- Theatrical Poster
- Directed by: Kiran Yadnyopavit
- Written by: Saurabh Bhave Shailesh Dupare Kiran Yagnopavit
- Produced by: Ekta Kapoor Shobha Kapoor Neeraj Pandey Shital Bhatia Co Producer Nitin Chandrachud
- Starring: Sachin Khedekar Vinay Apte Ashwini Giri Ashmita Joglekar
- Cinematography: Sudhir Palsane
- Edited by: Shree Narayan Singh
- Music by: Nandu Ghanekar
- Production companies: ALT Entertainment Balaji Motion Pictures Friday Filmworks
- Release date: 14 April 2011;
- Country: India
- Language: Marathi

= Taryanche Bait =

Taryanche Bait (ताऱ्यांचे बेट, Island of Stars) is a 2011 Marathi film directed by Kiran Yadnyopavit starring Sachin Khedekar, Vinay Apte, Ashwini Giri and Ashmita Joglekar in lead roles.

==Cast==
- Vinay Apte
- Ashwini Giri
- Ashmita Joglekar as Meera
- Kishore Kadam
- Sachin Khedekar
- Shashank Shende as Mahadaa
- Ishaan Tambe as Omkar
- Bhushan Mehare as Vithal

==Reception==
Taryanche Bait received positive reviews from critics.

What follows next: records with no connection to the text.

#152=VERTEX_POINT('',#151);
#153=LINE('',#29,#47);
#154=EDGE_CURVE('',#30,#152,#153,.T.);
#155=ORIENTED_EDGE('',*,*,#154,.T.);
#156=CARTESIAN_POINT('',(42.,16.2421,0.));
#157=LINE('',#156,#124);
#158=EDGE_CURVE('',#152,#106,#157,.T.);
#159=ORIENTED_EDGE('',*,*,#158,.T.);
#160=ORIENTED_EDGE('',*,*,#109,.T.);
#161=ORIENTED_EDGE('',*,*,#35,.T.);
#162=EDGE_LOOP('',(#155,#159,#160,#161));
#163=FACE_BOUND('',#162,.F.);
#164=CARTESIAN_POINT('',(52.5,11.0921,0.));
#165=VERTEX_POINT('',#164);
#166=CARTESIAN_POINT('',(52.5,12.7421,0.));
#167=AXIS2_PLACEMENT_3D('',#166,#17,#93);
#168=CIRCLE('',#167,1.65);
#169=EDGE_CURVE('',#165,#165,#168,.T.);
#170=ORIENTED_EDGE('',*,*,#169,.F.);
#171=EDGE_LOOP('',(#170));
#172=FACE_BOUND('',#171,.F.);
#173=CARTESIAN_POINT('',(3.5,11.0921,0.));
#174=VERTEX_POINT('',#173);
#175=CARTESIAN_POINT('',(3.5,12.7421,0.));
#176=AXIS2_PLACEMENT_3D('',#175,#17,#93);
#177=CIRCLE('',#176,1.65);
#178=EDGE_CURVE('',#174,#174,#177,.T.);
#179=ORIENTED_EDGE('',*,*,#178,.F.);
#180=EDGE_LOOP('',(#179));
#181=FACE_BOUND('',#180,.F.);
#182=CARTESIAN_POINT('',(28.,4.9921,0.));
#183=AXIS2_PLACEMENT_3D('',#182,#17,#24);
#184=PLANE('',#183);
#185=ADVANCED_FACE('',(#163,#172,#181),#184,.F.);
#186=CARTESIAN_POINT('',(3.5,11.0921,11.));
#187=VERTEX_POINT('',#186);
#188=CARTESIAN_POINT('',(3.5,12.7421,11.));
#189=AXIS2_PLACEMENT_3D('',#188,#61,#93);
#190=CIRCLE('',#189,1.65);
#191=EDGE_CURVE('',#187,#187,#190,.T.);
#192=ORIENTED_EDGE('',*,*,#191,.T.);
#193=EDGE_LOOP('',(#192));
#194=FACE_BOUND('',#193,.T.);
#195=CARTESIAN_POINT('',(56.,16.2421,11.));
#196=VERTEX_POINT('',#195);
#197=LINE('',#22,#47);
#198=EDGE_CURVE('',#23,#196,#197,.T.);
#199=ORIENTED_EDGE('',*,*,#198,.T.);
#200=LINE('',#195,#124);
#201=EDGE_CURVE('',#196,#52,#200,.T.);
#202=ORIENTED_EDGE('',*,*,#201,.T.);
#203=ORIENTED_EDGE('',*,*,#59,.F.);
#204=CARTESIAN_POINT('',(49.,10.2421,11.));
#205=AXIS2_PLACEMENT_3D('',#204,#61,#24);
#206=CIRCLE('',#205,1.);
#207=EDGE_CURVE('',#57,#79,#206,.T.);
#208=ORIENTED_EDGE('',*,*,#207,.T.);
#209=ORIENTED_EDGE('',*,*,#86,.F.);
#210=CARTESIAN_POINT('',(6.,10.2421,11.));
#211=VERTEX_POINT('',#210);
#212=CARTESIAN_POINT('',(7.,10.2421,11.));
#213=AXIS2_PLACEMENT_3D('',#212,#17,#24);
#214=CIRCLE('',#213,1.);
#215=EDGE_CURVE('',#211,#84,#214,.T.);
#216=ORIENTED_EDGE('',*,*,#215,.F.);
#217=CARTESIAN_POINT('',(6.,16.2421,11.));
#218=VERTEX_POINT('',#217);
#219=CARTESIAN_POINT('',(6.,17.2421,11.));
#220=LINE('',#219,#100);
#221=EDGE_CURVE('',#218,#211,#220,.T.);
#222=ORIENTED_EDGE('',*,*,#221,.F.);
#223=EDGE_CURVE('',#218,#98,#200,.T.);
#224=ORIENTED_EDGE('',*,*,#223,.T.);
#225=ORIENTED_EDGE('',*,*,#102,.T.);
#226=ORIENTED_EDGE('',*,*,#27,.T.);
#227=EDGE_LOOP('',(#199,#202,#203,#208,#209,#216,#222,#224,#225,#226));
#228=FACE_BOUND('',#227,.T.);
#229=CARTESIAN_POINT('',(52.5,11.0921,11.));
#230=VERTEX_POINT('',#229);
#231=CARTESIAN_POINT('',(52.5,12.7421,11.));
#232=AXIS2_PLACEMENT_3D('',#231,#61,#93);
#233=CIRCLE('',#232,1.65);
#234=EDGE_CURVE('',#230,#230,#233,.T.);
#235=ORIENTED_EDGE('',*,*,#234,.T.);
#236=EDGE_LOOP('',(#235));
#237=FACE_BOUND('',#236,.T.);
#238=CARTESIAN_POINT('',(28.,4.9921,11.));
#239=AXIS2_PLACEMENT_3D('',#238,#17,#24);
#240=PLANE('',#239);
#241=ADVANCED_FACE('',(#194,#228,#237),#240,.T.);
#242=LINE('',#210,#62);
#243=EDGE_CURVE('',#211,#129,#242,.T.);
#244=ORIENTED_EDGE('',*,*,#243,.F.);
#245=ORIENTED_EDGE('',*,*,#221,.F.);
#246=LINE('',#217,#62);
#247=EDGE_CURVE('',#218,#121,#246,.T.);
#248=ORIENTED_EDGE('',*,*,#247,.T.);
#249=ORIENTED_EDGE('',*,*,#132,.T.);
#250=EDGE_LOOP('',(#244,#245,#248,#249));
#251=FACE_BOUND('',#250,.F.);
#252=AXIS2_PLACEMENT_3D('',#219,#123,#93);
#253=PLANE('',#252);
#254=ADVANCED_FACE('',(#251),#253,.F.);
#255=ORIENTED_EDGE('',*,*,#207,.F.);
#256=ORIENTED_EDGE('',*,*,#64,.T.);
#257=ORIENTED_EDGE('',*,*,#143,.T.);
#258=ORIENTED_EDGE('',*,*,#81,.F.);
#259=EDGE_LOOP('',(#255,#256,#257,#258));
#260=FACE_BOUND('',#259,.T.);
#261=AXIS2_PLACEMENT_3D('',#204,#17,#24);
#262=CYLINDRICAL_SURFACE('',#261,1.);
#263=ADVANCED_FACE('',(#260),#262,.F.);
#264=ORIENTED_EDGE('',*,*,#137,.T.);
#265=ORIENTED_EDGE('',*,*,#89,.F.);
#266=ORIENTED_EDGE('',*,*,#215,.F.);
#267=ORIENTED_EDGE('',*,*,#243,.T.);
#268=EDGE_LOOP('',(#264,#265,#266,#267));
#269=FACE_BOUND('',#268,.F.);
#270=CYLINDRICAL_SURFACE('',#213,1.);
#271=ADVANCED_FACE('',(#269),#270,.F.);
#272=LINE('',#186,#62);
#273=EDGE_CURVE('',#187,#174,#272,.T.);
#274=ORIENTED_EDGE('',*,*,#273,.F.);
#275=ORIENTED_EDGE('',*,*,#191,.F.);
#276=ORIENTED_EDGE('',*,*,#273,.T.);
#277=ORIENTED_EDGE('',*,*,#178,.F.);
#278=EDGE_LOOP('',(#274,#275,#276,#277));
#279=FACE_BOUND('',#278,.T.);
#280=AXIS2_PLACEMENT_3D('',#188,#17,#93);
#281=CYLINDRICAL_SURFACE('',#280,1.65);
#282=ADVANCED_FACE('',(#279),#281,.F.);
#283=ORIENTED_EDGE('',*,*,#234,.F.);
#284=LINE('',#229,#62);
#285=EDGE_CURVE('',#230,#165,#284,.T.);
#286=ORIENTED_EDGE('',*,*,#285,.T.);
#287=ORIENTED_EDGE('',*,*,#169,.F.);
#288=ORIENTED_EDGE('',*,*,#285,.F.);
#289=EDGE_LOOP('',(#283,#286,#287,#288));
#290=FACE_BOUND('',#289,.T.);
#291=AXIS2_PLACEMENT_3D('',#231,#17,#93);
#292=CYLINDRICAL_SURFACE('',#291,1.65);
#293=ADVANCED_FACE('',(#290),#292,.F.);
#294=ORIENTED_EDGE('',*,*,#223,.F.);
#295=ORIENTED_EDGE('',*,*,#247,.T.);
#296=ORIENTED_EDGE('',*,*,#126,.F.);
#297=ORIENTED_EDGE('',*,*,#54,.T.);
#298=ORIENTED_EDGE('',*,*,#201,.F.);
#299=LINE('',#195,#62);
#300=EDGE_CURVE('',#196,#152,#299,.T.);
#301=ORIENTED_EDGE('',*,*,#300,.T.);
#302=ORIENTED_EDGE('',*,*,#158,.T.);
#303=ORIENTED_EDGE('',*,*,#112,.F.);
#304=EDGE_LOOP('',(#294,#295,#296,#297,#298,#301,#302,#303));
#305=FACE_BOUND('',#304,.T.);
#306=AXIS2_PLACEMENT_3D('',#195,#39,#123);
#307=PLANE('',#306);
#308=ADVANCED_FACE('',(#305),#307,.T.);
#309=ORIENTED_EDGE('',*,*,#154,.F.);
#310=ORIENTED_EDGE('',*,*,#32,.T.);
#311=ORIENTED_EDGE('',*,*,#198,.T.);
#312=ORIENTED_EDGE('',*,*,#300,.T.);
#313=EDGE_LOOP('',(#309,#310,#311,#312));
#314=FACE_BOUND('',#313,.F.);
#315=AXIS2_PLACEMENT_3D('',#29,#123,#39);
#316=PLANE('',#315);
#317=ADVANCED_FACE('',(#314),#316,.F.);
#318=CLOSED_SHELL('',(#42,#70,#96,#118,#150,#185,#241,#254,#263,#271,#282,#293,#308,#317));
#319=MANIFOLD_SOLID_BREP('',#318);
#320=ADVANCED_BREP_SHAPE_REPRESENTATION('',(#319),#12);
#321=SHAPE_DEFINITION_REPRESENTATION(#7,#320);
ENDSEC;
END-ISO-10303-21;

Marathimovieworld gave the film a positive review saying, "'Taryanche Bait' - reminds about values, Thanks to Kiran Yadnyopavit, Neeraj Pande and Ekta Kapoor for such a wonderful offering" and praise acting talent of Sachin Khedkar as a father in the film.

The Indian Express gave the film a 3 star rating out of 5 praising Ektaa's effort in Marathi film industry saying, "Ekta Kapoor of Motion Pictures forays into Marathi cinema and we hope she continues to make many more such films."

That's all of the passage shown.